AvroFileWriter provides these additional capabilities on top of write_file:
  • You can write messages one-by-one, rather than passing an entire iterator of messages.

  • You can choose a compression codec to apply to all data bytes written to the file; the codec is stored in the Avro header so other readers will know how to read the data automatically.

  • You can pick a block size and choose exactly when flushes occur.

Writes are buffered, and written in blocks of the given block-size. As a result, it is important to call flush() to be ensure that all writes are actually persisted to the underlying file.

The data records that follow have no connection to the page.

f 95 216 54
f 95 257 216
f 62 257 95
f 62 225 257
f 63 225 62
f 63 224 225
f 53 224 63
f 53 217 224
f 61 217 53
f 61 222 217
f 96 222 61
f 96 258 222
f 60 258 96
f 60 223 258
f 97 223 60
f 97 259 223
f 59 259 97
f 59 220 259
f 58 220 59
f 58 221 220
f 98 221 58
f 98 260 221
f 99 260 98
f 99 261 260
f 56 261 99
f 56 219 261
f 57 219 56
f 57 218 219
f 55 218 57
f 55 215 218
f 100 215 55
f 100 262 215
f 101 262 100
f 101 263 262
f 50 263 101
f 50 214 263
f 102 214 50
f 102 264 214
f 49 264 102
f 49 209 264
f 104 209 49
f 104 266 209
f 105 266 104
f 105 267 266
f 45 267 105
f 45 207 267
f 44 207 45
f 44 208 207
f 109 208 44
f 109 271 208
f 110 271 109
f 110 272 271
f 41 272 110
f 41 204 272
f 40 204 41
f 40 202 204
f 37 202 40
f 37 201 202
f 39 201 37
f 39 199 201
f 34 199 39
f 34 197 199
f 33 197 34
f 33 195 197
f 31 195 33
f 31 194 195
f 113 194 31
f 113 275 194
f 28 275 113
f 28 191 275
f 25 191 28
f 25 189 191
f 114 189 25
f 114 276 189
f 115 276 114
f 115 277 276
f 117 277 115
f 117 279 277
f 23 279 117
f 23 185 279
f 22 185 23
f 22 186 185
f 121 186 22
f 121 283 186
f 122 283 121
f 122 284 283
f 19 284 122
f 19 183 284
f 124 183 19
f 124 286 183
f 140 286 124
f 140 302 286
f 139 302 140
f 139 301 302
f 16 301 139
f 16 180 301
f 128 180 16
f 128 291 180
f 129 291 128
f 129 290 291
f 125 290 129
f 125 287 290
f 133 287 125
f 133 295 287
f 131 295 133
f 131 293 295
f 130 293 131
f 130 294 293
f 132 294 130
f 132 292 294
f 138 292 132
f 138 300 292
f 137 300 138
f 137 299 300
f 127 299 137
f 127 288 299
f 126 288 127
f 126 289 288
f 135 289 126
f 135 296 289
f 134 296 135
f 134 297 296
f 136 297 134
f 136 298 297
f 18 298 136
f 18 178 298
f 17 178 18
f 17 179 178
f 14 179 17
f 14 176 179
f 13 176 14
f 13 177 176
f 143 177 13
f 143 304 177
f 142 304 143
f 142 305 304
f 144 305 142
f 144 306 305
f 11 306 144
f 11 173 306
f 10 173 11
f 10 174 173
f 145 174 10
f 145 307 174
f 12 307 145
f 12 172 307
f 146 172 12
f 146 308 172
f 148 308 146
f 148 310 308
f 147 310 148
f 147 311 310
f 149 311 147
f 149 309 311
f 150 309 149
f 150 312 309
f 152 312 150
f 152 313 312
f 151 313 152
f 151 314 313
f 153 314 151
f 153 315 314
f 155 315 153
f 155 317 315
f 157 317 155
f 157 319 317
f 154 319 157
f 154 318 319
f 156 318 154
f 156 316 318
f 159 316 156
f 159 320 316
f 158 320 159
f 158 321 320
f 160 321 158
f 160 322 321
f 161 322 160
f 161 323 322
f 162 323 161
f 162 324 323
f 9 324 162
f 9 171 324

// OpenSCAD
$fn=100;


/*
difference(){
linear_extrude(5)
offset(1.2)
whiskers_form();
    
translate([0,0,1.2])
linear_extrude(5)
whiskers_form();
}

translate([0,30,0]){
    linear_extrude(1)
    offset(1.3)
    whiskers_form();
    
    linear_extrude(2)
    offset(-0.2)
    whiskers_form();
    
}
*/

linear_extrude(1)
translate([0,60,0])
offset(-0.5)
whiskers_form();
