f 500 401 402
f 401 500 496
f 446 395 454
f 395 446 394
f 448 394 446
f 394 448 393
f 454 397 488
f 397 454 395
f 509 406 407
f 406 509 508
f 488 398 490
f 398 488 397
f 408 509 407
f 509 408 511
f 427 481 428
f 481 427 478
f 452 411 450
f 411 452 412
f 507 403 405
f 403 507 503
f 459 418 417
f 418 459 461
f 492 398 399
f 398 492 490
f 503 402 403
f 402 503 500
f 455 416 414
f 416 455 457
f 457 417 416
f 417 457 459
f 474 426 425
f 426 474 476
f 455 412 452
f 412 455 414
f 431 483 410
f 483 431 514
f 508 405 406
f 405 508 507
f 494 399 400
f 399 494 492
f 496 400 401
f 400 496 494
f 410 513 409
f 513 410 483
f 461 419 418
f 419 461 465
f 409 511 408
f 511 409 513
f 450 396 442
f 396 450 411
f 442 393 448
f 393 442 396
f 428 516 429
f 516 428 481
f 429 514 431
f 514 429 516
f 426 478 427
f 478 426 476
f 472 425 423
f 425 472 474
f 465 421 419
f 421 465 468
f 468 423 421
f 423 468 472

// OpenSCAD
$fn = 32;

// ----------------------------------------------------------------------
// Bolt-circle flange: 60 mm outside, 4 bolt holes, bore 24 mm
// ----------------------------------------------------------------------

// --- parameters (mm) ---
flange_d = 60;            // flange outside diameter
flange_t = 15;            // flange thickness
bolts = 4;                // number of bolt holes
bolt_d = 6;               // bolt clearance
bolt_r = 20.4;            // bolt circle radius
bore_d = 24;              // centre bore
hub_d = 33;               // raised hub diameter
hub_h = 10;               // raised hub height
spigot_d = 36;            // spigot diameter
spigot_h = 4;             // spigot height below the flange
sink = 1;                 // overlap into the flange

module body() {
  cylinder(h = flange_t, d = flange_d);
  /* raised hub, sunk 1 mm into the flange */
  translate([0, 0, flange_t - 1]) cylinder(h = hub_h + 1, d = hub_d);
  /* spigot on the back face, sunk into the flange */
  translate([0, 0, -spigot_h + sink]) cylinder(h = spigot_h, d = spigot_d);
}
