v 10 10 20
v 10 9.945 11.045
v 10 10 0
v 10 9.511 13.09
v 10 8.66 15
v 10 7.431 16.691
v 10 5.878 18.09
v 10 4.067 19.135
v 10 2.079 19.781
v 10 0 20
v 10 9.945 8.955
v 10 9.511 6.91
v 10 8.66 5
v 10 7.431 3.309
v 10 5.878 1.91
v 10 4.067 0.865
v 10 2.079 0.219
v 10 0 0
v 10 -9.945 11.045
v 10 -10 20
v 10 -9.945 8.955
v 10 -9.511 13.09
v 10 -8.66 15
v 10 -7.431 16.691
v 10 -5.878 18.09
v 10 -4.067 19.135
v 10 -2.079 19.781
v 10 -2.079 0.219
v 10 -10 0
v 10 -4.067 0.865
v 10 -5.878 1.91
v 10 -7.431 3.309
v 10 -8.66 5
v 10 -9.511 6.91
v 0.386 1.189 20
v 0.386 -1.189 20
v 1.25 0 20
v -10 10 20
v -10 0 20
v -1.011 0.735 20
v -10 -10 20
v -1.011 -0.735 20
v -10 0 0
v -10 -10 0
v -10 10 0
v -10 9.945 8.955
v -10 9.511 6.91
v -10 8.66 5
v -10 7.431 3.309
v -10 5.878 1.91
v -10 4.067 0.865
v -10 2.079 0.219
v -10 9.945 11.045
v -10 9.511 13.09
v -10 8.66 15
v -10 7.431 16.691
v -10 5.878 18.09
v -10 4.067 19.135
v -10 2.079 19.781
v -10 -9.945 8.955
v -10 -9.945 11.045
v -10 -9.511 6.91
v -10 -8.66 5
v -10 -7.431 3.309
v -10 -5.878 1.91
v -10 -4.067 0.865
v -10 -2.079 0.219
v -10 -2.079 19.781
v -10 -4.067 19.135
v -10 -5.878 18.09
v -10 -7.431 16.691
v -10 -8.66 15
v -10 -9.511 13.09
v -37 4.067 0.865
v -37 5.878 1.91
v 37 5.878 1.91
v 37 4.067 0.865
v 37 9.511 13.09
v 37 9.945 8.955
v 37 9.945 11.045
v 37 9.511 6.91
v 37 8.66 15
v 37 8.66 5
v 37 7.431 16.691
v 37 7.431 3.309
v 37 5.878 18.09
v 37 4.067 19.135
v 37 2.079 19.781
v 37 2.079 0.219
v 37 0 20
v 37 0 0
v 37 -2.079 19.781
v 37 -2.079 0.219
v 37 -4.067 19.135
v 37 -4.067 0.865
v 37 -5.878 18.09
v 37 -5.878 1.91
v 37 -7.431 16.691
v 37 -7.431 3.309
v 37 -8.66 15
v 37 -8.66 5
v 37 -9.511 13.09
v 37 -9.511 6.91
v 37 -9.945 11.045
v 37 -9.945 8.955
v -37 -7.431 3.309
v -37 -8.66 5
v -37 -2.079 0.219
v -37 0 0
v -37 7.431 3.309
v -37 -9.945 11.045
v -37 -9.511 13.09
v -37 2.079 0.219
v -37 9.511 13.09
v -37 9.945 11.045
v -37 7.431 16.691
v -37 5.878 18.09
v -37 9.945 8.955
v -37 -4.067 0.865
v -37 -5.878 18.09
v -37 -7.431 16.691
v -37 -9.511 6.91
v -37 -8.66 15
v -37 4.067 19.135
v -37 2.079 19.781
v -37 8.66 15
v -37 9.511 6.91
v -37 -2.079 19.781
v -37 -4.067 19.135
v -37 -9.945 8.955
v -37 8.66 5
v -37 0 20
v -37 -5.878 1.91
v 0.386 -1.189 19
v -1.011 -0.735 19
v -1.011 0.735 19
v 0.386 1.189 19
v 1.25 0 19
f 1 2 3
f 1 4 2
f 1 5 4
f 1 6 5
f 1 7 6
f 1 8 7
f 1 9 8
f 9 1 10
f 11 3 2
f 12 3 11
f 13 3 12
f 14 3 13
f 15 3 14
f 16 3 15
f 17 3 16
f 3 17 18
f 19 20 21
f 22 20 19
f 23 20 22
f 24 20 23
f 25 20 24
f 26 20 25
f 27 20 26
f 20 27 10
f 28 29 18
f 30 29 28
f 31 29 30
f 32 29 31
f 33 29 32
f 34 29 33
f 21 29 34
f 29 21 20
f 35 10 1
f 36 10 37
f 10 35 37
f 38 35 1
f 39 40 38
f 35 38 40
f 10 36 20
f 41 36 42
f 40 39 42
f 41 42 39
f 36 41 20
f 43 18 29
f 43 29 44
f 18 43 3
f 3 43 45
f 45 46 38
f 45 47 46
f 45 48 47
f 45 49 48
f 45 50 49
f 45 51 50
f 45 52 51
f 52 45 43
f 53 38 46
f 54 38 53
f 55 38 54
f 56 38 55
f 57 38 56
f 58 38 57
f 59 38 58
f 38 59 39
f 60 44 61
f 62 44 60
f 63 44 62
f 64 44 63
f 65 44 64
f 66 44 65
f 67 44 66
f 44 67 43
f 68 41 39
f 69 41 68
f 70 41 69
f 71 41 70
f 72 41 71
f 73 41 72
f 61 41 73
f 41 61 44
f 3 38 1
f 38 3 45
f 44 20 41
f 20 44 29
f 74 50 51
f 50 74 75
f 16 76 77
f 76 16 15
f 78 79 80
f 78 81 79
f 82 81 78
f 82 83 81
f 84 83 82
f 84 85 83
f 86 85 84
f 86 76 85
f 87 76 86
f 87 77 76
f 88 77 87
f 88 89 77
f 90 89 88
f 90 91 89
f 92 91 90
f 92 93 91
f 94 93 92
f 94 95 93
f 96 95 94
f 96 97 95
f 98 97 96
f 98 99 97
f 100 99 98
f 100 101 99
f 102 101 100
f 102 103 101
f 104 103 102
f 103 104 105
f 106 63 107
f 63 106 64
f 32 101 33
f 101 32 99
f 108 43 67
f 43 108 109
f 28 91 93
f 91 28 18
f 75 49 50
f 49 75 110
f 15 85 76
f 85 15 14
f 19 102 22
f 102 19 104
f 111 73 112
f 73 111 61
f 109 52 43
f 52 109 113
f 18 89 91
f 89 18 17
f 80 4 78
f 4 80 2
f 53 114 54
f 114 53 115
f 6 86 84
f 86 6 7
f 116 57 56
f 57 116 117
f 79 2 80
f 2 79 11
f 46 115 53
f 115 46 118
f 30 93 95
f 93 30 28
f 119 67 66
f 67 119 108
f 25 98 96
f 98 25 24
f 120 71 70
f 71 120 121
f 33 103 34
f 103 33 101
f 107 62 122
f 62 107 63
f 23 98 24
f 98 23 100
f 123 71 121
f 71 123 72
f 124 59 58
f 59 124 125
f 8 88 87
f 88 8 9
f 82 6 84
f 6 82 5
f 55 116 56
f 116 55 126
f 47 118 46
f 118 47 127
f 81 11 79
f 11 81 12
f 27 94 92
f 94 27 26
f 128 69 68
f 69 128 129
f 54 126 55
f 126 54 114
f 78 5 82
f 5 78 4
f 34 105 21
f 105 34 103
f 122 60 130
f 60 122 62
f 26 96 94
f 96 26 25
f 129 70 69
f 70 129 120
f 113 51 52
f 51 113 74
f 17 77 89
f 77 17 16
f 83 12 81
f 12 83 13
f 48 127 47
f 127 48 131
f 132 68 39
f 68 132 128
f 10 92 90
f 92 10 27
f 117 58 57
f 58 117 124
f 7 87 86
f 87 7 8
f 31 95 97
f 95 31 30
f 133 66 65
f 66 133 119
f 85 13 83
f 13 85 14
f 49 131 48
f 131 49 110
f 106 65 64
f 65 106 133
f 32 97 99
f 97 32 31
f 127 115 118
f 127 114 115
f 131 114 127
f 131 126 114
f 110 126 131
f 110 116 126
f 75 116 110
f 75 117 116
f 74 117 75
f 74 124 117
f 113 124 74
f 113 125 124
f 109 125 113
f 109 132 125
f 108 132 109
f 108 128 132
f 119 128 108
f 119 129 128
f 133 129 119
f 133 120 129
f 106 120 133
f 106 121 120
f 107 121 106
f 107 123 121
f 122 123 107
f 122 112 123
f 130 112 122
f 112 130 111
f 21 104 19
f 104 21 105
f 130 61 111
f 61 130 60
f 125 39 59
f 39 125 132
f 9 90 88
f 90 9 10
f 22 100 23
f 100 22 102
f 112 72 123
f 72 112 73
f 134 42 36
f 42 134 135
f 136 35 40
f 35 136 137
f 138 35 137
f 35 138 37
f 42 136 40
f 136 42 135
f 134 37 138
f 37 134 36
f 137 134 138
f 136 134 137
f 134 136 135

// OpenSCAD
cube_size = 20; // [10:Small,20:Medium,30:Large]

hole_diameter = 2.5; 
hole_radius = hole_diameter/2;

// How deep should the center hole be?
hole_depth = 1; // [0,1,5,50]

show_wheels = "yes"; // [yes,no]

// How thick should the side wheels be?
wheel_thickness = 27; // [1:40]

// ignore this variable!
// foo=1;

// don't turn functions into params!
function BEZ03(u) = pow((1-u), 3);

// ignore variable values
bing = 3+4;
baz = 3 / hole_depth;

difference() {
  union() {
    translate([0, 0, cube_size/2]) cube([cube_size,cube_size,cube_size], center=true);
    if (show_wheels == "yes") {
      translate([0, 0, cube_size/2]) rotate([0, 90, 0]) {
        cylinder(r=cube_size/2, h=cube_size+(wheel_thickness*2), center=true);
      }
    }
  }
  translate([0, 0, cube_size-hole_depth]) cylinder(r=hole_radius, h=hole_depth);
}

This can be done by using the AvroFileWriter as a context manager. For example, like this:

with open("data.avro", "wb") as f:
    with AvroFileWriter(f, schema) as w:
        w.write(msg1)
        w.write(msg2)
        w.write(msg3)

# When the 'with' block is exited, all writes will be
# flushed, so this is safe.
Parameters
  • fo (File-like in bytes mode) – A file-like object that can be written to in binary mode.

  • schema (dict (see Schema Types)) – The schema to use when encoding data.

  • codec (avroc.codec.Codec) – A compression codec to use when encoding data. The valid options are all the classes in avroc.codec. Make sure to pass an instantiated instance, not a class.

write(msg)

Write a single message to the Avro file. Writes are batched into large blocks; call flush() to flush the current block.

Parameters

msg – A message conforming to the writer’s schema.

flush()

Flush any outstanding writes to the underlying file.

__enter__()

Returns self, allowing the writer to be used as a context manager.

__exit__(exc_type, exc_value, exc_traceback)

Flushes any buffered writes and exits the context-managed block.

avroc.codec

Avro has some officially-endorsed codecs which can be used when writing files (and are automatically selected when reading encoded files). Using these can help you save some space, at the cost of a bit of CPU time for compression and decompression.

Avroc implements all the codecs from the Avro specification.

class avroc.codec.Codec

Abstract base class, implemented by the other classes in this module. Those classes are:

Class

Description

NullCodec

No compression

DeflateCodec

Compress with DEFLATE, similar to gzip

SnappyCodec

Compress with snappy

Bzip2Codec

Compress with bzip2

XZCodec

Compress with xz, from the lzma family

ZstandardCodec

Compress with zstandard

class avroc.codec.NullCodec

A NullCodec does no compression. It just passes data through.

class avroc.codec.DeflateCodec(compression_level=None)

A DeflateCodec uses the deflate algorithm from RFC 1951.

Parameters

compression_level (int) – The Deflate compression level to use. Higher is more compressed. 0 is no compression, and 9 is max compression. Defaults to the default compression level of Python’s zlib (currently 6).

class avroc.codec.SnappyCodec

A SnappyCodec uses Google’s snappy compression algorithm, followed by a 4-byte CRC32 checksum.

class avroc.codec.Bzip2Codec

A Bzip2Codec uses the bzip2 compression algorithm.

class avroc.codec.XZCodec

A XZCodec uses the lzma compression algorithm.

class avroc.codec.ZstandardCodec(compressor=None)

A ZstandardCodec uses the zstandard compression algorithm.

Parameters

compressor (zstandard.ZstdCompressor) – A compressor, possibly which has already been trained on other data, which should be used when compressing data. If unset, then a compressor with all the default values is used.